■ TRY IT ■
Below are the records; locate each line with the word "amount" and copy it.

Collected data

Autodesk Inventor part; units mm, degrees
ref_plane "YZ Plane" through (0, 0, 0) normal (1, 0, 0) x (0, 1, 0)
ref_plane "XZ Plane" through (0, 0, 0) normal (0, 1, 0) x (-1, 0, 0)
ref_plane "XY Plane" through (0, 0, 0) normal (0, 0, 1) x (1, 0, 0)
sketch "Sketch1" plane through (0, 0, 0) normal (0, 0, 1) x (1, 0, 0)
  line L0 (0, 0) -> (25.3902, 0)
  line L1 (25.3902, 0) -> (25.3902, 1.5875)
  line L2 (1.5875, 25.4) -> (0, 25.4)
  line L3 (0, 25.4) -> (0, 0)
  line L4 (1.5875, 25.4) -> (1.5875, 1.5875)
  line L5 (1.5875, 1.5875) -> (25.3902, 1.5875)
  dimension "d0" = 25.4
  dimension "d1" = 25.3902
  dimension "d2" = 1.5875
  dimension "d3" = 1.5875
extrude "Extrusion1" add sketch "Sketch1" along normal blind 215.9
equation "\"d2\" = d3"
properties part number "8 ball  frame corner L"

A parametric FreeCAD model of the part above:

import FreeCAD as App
import Part
import Sketcher

V = App.Vector
Q = App.Units.Quantity


def add_polygon(sketch, points):
    """Adds a closed chain of lines whose ends are joined by coincident constraints."""
    first, n = sketch.GeometryCount, len(points)
    for a, b in zip(points, points[1:] + points[:1]):
        sketch.addGeometry(Part.LineSegment(App.Vector(*a, 0), App.Vector(*b, 0)), False)
    for i in range(n):
        sketch.addConstraint(Sketcher.Constraint("Coincident", first + i, 2, first + (i + 1) % n, 1))

doc = App.newDocument("Part")
body = doc.addObject("PartDesign::Body", "Body")

# Sketch on XY plane
sketch1 = body.newObject("Sketcher::SketchObject", "Sketch")
sketch1.AttachmentSupport = (doc.getObject("XY_Plane"), [""])
sketch1.MapMode = "FlatFace"
add_polygon(sketch1, [(0, 25.4), (0, 0), (25.3902, 0), (25.3902, 1.5875), (1.5875, 1.5875), (1.5875, 25.4)])  # lines 0-5
sketch1.addConstraint([
    Sketcher.Constraint("Vertical", 0),
    Sketcher.Constraint("Horizontal", 1),
    Sketcher.Constraint("Vertical", 2),
    Sketcher.Constraint("Horizontal", 3),
    Sketcher.Constraint("Vertical", 4),
    Sketcher.Constraint("Horizontal", 5),
    Sketcher.Constraint("Coincident", 0, 2, -1, 1),
    Sketcher.Constraint("Equal", 5, 2),
    Sketcher.Constraint("DistanceY", 0, 2, 0, 1, Q("1 in")),
    Sketcher.Constraint("DistanceX", 5, 2, 5, 1, Q("0.0625 in")),
    Sketcher.Constraint("DistanceX", 1, 1, 1, 2, Q("25.3902 mm")),
])
pad1 = body.newObject("PartDesign::Pad", "Pad")
pad1.Profile = sketch1
pad1.Length = Q("8.5 in")

doc.recompute()
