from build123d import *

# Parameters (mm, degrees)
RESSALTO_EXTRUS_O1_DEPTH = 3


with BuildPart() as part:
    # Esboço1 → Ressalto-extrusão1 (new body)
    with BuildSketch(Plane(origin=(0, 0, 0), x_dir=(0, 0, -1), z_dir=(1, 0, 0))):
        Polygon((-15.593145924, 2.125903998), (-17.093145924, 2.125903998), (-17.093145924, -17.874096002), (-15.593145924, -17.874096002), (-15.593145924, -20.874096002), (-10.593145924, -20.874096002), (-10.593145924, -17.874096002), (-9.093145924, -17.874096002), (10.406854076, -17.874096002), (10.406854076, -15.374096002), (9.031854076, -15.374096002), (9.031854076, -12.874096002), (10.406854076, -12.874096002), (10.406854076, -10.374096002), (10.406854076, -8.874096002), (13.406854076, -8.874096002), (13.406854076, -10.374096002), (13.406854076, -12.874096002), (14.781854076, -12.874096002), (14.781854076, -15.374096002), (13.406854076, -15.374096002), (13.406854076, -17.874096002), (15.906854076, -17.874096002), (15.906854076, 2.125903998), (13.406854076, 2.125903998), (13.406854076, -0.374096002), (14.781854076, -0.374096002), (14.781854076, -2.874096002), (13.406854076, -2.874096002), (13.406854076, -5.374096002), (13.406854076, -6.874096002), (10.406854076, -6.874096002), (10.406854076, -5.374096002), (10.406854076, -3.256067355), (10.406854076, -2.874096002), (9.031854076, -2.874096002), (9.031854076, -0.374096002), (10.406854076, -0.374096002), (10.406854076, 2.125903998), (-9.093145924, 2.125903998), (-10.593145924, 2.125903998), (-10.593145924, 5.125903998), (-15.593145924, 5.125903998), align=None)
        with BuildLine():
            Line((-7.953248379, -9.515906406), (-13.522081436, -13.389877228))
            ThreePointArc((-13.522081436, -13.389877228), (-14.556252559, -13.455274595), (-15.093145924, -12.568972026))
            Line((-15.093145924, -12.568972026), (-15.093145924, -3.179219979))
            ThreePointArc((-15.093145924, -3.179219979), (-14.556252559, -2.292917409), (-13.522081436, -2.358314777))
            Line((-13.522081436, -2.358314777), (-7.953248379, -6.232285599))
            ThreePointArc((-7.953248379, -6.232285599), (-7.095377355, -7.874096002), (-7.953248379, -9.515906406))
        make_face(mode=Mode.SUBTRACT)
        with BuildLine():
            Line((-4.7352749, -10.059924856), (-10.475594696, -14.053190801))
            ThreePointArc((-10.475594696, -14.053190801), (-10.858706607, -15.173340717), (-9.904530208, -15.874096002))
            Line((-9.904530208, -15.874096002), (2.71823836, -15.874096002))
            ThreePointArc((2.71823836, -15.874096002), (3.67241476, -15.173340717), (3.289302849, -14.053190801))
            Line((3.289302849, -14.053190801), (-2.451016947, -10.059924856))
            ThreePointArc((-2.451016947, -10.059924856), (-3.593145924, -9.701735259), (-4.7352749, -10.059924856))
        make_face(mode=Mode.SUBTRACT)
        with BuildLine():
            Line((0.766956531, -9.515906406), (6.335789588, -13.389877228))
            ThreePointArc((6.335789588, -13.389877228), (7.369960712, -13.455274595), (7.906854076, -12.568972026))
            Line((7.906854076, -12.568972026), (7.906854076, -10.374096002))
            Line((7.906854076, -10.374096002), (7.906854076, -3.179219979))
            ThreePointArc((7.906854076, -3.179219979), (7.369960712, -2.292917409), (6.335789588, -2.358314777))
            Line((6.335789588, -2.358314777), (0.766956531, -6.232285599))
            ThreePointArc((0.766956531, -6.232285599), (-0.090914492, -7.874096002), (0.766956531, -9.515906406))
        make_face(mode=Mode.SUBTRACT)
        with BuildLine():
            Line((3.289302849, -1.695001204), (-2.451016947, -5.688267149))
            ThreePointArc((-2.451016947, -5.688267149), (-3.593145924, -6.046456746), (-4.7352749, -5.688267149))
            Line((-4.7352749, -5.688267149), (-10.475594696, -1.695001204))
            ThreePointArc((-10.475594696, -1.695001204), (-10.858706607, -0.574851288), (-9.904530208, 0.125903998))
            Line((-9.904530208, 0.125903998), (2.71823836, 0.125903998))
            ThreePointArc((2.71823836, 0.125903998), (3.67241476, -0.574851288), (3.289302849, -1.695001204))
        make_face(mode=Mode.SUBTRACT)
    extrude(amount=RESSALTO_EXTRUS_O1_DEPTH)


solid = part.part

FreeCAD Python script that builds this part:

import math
import FreeCAD as App
import Part
import Sketcher

V = App.Vector


def add_polygon(sketch, points):
    """Adds a closed chain of lines whose ends are joined by coincident constraints."""
    first, n = sketch.GeometryCount, len(points)
    for a, b in zip(points, points[1:] + points[:1]):
        sketch.addGeometry(Part.LineSegment(App.Vector(*a, 0), App.Vector(*b, 0)), False)
    for i in range(n):
        sketch.addConstraint(Sketcher.Constraint("Coincident", first + i, 2, first + (i + 1) % n, 1))

doc = App.newDocument("Part")
body = doc.addObject("PartDesign::Body", "Body")

# Sketch on YZ plane
sketch1 = body.newObject("Sketcher::SketchObject", "Sketch")
sketch1.AttachmentSupport = (doc.getObject("YZ_Plane"), [""])
sketch1.MapMode = "FlatFace"
add_polygon(sketch1, [(2.1, 15.6), (2.1, 17.1), (-17.9, 17.1), (-17.9, 15.6), (-20.9, 15.6), (-20.9, 10.6), (-17.9, 10.6), (-17.9, -10.4), (-15.4, -10.4), (-15.4, -9), (-12.9, -9), (-12.9, -10.4), (-8.9, -10.4), (-8.9, -13.4), (-12.9, -13.4), (-12.9, -14.8), (-15.4, -14.8), (-15.4, -13.4), (-17.9, -13.4), (-17.9, -15.9), (2.1, -15.9), (2.1, -13.4), (-0.4, -13.4), (-0.4, -14.8), (-2.9, -14.8), (-2.9, -13.4), (-6.9, -13.4), (-6.9, -10.4), (-2.9, -10.4), (-2.9, -9), (-0.4, -9), (-0.4, -10.4), (2.1, -10.4), (2.1, 10.6), (5.1, 10.6), (5.1, 15.6)])  # lines 0-35
sketch1.addGeometry(Part.ArcOfCircle(Part.Circle(V(-7.9, 9.1, 0), V(0, 0, 1), 2), math.radians(-145), math.radians(-35)), False)  # 36
sketch1.addGeometry(Part.LineSegment(V(-9.5, 8, 0), V(-13.4, 13.5, 0)), False)  # 37
sketch1.addGeometry(Part.ArcOfCircle(Part.Circle(V(-12.6, 14.1, 0), V(0, 0, 1), 1), math.radians(90), math.radians(215)), False)  # 38
sketch1.addGeometry(Part.LineSegment(V(-12.6, 15.1, 0), V(-3.2, 15.1, 0)), False)  # 39
sketch1.addGeometry(Part.ArcOfCircle(Part.Circle(V(-3.2, 14.1, 0), V(0, 0, 1), 1), math.radians(-35), math.radians(90)), False)  # 40
sketch1.addGeometry(Part.LineSegment(V(-2.4, 13.5, 0), V(-6.2, 8, 0)), False)  # 41
sketch1.addGeometry(Part.LineSegment(V(-14.1, 10.5, 0), V(-10.1, 4.7, 0)), False)  # 42
sketch1.addGeometry(Part.ArcOfCircle(Part.Circle(V(-11.7, 3.6, 0), V(0, 0, 1), 2), math.radians(-35), math.radians(35)), False)  # 43
sketch1.addGeometry(Part.LineSegment(V(-10.1, 2.5, 0), V(-14.1, -3.3, 0)), False)  # 44
sketch1.addGeometry(Part.ArcOfCircle(Part.Circle(V(-14.9, -2.7, 0), V(0, 0, 1), 1), math.radians(180), math.radians(325)), False)  # 45
sketch1.addGeometry(Part.LineSegment(V(-15.9, -2.7, 0), V(-15.9, 9.9, 0)), False)  # 46
sketch1.addGeometry(Part.ArcOfCircle(Part.Circle(V(-14.9, 9.9, 0), V(0, 0, 1), 1), math.radians(35), math.radians(180)), False)  # 47
sketch1.addGeometry(Part.LineSegment(V(-13.4, -6.3, 0), V(-9.5, -0.8, 0)), False)  # 48
sketch1.addGeometry(Part.ArcOfCircle(Part.Circle(V(-7.9, -1.9, 0), V(0, 0, 1), 2), math.radians(35), math.radians(145)), False)  # 49
sketch1.addGeometry(Part.LineSegment(V(-6.2, -0.8, 0), V(-2.4, -6.3, 0)), False)  # 50
sketch1.addGeometry(Part.ArcOfCircle(Part.Circle(V(-3.2, -6.9, 0), V(0, 0, 1), 1), math.radians(-90), math.radians(35)), False)  # 51
sketch1.addGeometry(Part.LineSegment(V(-3.2, -7.9, 0), V(-12.6, -7.9, 0)), False)  # 52
sketch1.addGeometry(Part.ArcOfCircle(Part.Circle(V(-12.6, -6.9, 0), V(0, 0, 1), 1), math.radians(145), math.radians(270)), False)  # 53
sketch1.addGeometry(Part.ArcOfCircle(Part.Circle(V(-0.9, -2.7, 0), V(0, 0, 1), 1), math.radians(-145), math.radians(0)), False)  # 54
sketch1.addGeometry(Part.LineSegment(V(-1.7, -3.3, 0), V(-5.7, 2.5, 0)), False)  # 55
sketch1.addGeometry(Part.ArcOfCircle(Part.Circle(V(-4, 3.6, 0), V(0, 0, 1), 2), math.radians(145), math.radians(215)), False)  # 56
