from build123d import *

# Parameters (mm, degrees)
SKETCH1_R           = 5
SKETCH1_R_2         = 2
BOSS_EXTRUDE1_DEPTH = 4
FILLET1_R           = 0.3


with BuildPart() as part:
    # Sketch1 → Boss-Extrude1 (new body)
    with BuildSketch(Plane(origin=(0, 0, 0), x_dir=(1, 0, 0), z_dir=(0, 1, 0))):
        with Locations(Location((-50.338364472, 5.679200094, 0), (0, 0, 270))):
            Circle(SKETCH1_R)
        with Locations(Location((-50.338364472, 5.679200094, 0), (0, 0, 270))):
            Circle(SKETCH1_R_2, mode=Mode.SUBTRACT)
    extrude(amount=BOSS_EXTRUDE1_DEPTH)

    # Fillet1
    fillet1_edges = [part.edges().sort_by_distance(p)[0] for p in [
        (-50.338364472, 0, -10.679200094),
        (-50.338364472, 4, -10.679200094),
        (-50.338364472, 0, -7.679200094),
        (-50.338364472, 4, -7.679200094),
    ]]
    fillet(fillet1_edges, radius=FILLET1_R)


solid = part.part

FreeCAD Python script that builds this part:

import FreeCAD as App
import Part
import Sketcher


def edges_at(feature, points):
    """Names of the edges that pass closest to the given points."""
    edges = feature.Shape.Edges
    near = lambda p: min(range(len(edges)), key=lambda i: edges[i].distToShape(Part.Vertex(*p))[0])
    return sorted({f"Edge{near(p) + 1}" for p in points})

doc = App.newDocument("Part")
body = doc.addObject("PartDesign::Body", "Body")

sketch1 = body.newObject("Sketcher::SketchObject", "Sketch")
sketch1.AttachmentSupport = (doc.getObject("XZ_Plane"), [""])
sketch1.MapMode = "FlatFace"
sketch1.addGeometry(Part.Circle(App.Vector(-50.3, -5.7, 0), App.Vector(0, 0, 1), 5), False)
sketch1.addGeometry(Part.Circle(App.Vector(-50.3, -5.7, 0), App.Vector(0, 0, 1), 2), False)
sketch1.addConstraint(Sketcher.Constraint("Coincident", 1, 3, 0, 3))
sketch1.addConstraint(Sketcher.Constraint("Diameter", 0, 10.0))
sketch1.addConstraint(Sketcher.Constraint("Diameter", 1, 4.0))
sketch1.addConstraint(Sketcher.Constraint("DistanceY", 0, 3, -1, 1, 5.6792))
sketch1.addConstraint(Sketcher.Constraint("DistanceX", 0, 3, -1, 1, 50.338364))
pad1 = body.newObject("PartDesign::Pad", "Pad")
pad1.Profile = sketch1
pad1.Length = 4
pad1.Reversed = True
doc.recompute()

fillet = body.newObject("PartDesign::Fillet", "Fillet")
fillet.Base = (pad1, edges_at(pad1, [
    (-50.338, 0, -10.679),
    (-50.338, 4, -10.679),
    (-50.338, 0, -7.679),
    (-50.338, 4, -7.679),
]))
fillet.Radius = 0.3

doc.recompute()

■ PROBLEM SOLUTION ■
    extrude(amount=RESSALTO_EXTRUS_O1_DEPTH)
    extrude(amount=BOSS_EXTRUDE1_DEPTH)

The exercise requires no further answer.